Damit ist Triangle of Sadness nicht allein. Während 2019 in Knives Out die Angehörigen der Familie Thrombey alles verloren und eine Hausangestellte alles gewann, legt Johnson in der Fortsetzung Glass Onion einen drauf und fackelt eine ganze Privatinsel ab. In The Menu wiederum werden reiche Schnösel lebendig gebraten, wenn auch als Teil einer exklusiven kulinarischen Erfahrung. 

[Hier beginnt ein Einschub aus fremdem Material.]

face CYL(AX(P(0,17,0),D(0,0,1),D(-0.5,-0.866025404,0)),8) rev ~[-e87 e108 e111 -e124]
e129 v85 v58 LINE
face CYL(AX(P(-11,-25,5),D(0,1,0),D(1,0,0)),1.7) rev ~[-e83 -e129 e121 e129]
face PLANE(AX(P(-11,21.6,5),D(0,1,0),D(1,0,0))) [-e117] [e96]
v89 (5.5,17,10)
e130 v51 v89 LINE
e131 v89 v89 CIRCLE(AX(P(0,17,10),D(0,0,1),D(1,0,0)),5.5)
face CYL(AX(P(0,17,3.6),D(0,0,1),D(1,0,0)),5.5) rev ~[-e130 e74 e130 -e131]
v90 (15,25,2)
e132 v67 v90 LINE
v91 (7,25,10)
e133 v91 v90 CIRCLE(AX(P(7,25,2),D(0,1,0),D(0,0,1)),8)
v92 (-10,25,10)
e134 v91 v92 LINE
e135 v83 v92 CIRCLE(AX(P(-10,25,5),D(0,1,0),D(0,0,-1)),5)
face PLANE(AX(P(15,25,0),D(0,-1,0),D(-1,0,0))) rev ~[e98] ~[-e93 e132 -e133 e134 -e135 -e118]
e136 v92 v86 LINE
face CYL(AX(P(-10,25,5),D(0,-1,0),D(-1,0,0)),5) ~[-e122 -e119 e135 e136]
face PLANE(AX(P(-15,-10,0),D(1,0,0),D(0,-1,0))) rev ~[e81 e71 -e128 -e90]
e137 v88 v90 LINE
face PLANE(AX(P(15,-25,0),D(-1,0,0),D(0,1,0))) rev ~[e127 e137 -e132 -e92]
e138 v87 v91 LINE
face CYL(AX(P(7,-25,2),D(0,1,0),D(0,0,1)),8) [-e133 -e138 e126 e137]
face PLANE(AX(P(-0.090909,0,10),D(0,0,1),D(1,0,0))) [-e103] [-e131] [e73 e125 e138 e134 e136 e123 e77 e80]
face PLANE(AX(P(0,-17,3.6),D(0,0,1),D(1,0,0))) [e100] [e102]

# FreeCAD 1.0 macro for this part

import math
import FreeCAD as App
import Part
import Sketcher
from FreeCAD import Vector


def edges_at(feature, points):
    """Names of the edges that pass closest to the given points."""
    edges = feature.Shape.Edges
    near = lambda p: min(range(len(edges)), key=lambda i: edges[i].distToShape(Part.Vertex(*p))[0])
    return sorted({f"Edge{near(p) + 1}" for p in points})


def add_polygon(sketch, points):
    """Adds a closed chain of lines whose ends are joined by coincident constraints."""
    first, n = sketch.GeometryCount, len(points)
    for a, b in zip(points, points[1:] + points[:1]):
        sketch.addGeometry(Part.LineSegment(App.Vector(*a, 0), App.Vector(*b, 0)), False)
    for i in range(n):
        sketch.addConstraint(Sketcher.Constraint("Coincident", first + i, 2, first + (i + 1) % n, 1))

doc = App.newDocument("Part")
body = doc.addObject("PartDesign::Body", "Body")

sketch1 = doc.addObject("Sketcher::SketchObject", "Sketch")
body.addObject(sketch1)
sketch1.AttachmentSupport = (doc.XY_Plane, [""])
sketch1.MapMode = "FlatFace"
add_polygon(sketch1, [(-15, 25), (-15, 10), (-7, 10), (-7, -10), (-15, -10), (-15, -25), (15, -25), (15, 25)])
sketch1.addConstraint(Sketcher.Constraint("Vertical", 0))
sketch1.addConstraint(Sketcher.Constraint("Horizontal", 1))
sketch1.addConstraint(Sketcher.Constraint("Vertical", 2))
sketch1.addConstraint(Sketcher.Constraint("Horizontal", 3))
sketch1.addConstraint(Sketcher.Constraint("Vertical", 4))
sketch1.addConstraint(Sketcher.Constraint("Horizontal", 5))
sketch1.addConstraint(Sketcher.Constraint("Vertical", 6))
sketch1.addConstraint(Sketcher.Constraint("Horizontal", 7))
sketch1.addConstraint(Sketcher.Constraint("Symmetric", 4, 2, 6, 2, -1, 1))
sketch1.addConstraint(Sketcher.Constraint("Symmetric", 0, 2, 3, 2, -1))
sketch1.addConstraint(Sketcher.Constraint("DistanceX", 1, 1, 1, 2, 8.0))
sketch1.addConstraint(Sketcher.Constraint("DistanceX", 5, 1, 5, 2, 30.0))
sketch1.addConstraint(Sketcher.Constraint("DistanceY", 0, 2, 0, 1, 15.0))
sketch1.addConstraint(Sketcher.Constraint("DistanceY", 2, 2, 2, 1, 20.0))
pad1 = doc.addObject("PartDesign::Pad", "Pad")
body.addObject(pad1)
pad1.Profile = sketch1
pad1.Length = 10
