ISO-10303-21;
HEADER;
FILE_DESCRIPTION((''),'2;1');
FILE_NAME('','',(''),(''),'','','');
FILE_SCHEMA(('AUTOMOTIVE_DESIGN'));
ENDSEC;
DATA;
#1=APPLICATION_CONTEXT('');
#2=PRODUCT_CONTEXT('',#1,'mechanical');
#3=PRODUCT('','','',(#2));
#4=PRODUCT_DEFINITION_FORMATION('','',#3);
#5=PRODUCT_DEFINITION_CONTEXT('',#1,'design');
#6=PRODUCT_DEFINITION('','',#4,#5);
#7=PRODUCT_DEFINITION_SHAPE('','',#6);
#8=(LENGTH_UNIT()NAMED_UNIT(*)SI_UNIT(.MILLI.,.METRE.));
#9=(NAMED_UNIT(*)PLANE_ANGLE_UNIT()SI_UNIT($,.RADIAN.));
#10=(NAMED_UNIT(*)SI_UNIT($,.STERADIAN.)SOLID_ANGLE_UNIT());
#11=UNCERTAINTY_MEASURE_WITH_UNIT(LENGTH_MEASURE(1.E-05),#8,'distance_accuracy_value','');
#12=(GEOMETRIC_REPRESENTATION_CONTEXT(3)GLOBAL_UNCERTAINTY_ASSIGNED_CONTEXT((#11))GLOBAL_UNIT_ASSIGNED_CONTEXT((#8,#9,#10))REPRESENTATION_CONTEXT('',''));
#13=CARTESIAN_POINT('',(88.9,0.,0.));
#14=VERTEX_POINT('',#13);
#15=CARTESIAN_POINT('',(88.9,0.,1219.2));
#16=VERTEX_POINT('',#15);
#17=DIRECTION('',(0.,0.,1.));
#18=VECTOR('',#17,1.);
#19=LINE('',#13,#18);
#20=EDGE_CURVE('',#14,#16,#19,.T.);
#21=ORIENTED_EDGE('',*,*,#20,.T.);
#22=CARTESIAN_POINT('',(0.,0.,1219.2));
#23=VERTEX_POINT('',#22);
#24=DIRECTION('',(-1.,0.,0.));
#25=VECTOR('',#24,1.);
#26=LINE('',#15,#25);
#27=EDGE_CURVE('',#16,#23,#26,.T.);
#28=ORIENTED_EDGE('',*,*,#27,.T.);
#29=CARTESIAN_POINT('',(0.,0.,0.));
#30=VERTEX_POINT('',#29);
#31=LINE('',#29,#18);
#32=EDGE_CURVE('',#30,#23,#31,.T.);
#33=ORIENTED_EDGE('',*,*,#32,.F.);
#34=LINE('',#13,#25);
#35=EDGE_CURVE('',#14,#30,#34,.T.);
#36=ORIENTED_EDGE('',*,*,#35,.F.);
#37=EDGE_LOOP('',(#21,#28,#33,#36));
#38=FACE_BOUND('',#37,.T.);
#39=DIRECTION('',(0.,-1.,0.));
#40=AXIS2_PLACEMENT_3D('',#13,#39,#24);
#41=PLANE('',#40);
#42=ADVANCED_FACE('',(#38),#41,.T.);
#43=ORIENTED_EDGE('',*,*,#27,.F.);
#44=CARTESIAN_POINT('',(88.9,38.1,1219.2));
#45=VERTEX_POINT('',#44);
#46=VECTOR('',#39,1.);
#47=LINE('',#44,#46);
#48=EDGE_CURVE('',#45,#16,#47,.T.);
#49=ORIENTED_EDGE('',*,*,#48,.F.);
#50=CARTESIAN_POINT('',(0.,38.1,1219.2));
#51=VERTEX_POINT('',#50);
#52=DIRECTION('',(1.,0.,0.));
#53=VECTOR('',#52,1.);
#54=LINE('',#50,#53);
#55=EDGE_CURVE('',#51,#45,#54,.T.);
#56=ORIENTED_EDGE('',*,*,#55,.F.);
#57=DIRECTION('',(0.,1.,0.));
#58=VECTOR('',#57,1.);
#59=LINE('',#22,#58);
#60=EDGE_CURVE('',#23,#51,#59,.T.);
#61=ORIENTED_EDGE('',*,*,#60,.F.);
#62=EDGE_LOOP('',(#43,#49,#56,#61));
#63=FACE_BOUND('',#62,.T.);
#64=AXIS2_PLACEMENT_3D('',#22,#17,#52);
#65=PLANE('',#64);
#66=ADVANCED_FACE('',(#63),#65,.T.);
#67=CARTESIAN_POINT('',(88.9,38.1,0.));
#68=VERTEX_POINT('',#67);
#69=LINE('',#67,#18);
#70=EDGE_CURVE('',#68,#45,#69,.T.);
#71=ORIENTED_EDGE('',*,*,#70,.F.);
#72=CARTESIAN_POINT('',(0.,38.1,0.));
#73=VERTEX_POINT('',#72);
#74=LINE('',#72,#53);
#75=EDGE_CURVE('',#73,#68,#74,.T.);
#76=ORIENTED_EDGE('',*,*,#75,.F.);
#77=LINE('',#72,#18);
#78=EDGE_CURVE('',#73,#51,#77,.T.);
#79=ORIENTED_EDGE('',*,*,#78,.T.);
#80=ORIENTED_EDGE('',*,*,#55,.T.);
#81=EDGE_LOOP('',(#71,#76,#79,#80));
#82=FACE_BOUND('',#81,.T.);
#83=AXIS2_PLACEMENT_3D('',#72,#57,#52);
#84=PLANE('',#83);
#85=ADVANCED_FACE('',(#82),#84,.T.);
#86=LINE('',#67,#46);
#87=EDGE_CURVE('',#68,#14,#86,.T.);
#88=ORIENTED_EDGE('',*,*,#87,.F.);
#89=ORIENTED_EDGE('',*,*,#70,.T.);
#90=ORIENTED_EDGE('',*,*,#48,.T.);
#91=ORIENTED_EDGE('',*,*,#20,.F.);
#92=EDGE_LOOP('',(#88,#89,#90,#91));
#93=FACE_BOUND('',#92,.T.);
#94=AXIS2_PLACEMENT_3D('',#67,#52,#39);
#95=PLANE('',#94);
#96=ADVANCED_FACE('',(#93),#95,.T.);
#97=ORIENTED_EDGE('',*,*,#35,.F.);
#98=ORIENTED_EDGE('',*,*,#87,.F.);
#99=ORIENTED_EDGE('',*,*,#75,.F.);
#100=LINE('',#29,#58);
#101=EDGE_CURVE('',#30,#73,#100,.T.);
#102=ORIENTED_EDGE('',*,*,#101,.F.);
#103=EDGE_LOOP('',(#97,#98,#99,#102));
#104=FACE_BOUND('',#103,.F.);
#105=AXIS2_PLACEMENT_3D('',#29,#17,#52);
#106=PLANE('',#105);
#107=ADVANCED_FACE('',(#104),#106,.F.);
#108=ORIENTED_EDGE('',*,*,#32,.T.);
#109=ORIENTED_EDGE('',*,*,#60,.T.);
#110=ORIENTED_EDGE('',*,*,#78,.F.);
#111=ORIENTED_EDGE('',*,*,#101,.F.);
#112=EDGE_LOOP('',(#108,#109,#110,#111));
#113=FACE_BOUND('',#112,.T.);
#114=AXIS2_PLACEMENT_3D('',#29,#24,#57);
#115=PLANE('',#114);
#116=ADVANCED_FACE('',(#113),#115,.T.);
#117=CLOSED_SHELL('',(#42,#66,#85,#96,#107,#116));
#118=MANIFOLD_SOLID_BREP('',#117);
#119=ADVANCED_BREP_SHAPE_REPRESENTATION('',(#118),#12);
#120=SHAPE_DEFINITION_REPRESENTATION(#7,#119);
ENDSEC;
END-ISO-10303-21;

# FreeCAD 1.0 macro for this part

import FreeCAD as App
import Part
import Sketcher

V = App.Vector
Q = App.Units.Quantity


def add_polygon(sketch, points):
    """Adds a closed chain of lines whose ends are joined by coincident constraints."""
    first, n = sketch.GeometryCount, len(points)
    for a, b in zip(points, points[1:] + points[:1]):
        sketch.addGeometry(Part.LineSegment(App.Vector(*a, 0), App.Vector(*b, 0)), False)
    for i in range(n):
        sketch.addConstraint(Sketcher.Constraint("Coincident", first + i, 2, first + (i + 1) % n, 1))

doc = App.newDocument("Part")
body = doc.addObject("PartDesign::Body", "Body")

# Sketch on XY plane
sketch1 = body.newObject("Sketcher::SketchObject", "Sketch")
sketch1.AttachmentSupport = (doc.getObject("XY_Plane"), [""])
sketch1.MapMode = "FlatFace"
add_polygon(sketch1, [(0, 38), (0, 0), (89, 0), (89, 38)])  # lines 0-3
sketch1.addConstraint(Sketcher.Constraint("Vertical", 0))
sketch1.addConstraint(Sketcher.Constraint("Horizontal", 1))
sketch1.addConstraint(Sketcher.Constraint("Vertical", 2))
sketch1.addConstraint(Sketcher.Constraint("Horizontal", 3))
sketch1.addConstraint(Sketcher.Constraint("Coincident", 0, 2, -1, 1))
sketch1.addConstraint(Sketcher.Constraint("DistanceX", 1, 1, 1, 2, Q("3.5 in")))
sketch1.addConstraint(Sketcher.Constraint("DistanceY", 0, 2, 0, 1, Q("1.5 in")))
pad1 = body.newObject("PartDesign::Pad", "Pad")
pad1.Profile = sketch1
pad1.Length = Q("48 in")

doc.recompute()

Vielleicht beginnt gerade eine neue Ära des Films. Anstatt fasziniert den luxuriösen Lifestyle der Superreichen zu bewundern, sind wir ihre egoistischen Exzesse langsam leid. Angesichts der drohenden Rezession scheint es nicht mehr ganz so unwahrscheinlich, dass einige Wohlhabende es bald nicht mehr sind. Klar, bis dahin ist es noch ein weiter weg, aber ganz so weit vielleicht dann doch nicht? Schon jetzt schauen viele schadenfroh zu, wie Elon Musks Imperium in seinen unfähigen Händen zerbröselt. 

Die neuen antikapitalistischen Filme und Serien können den Superreichen natürlich egal sein. Jenseits unserer Bildschirme dürfen sie ihr schönes Leben weiterleben, zwischen den vier Ecken unserer überhitzten Laptops allerdings erhalten sie die – oftmals brutale – Strafe für ihre Sünden in unserer modernen Welt, in der die Ungleichheit zwischen Arm und Reich weiter wächst. Ja, das mag ein bisschen sadistisch sein, moralisch fragwürdig ist es definitiv, aber diese Filme sind auch Ausdruck einer tiefsitzenden Wut. Es ist die Wut auf einen Teil der Gesellschaft, der ein opulentes Leben führt, während der große Rest leidet oder nur mit Mühen über die Runden kommt. Mit derselben Faszination, mit der wir zu den Reichen und Berühmten aufschauten, sehen wir sie jetzt scheitern – und das noch mehr als sonst.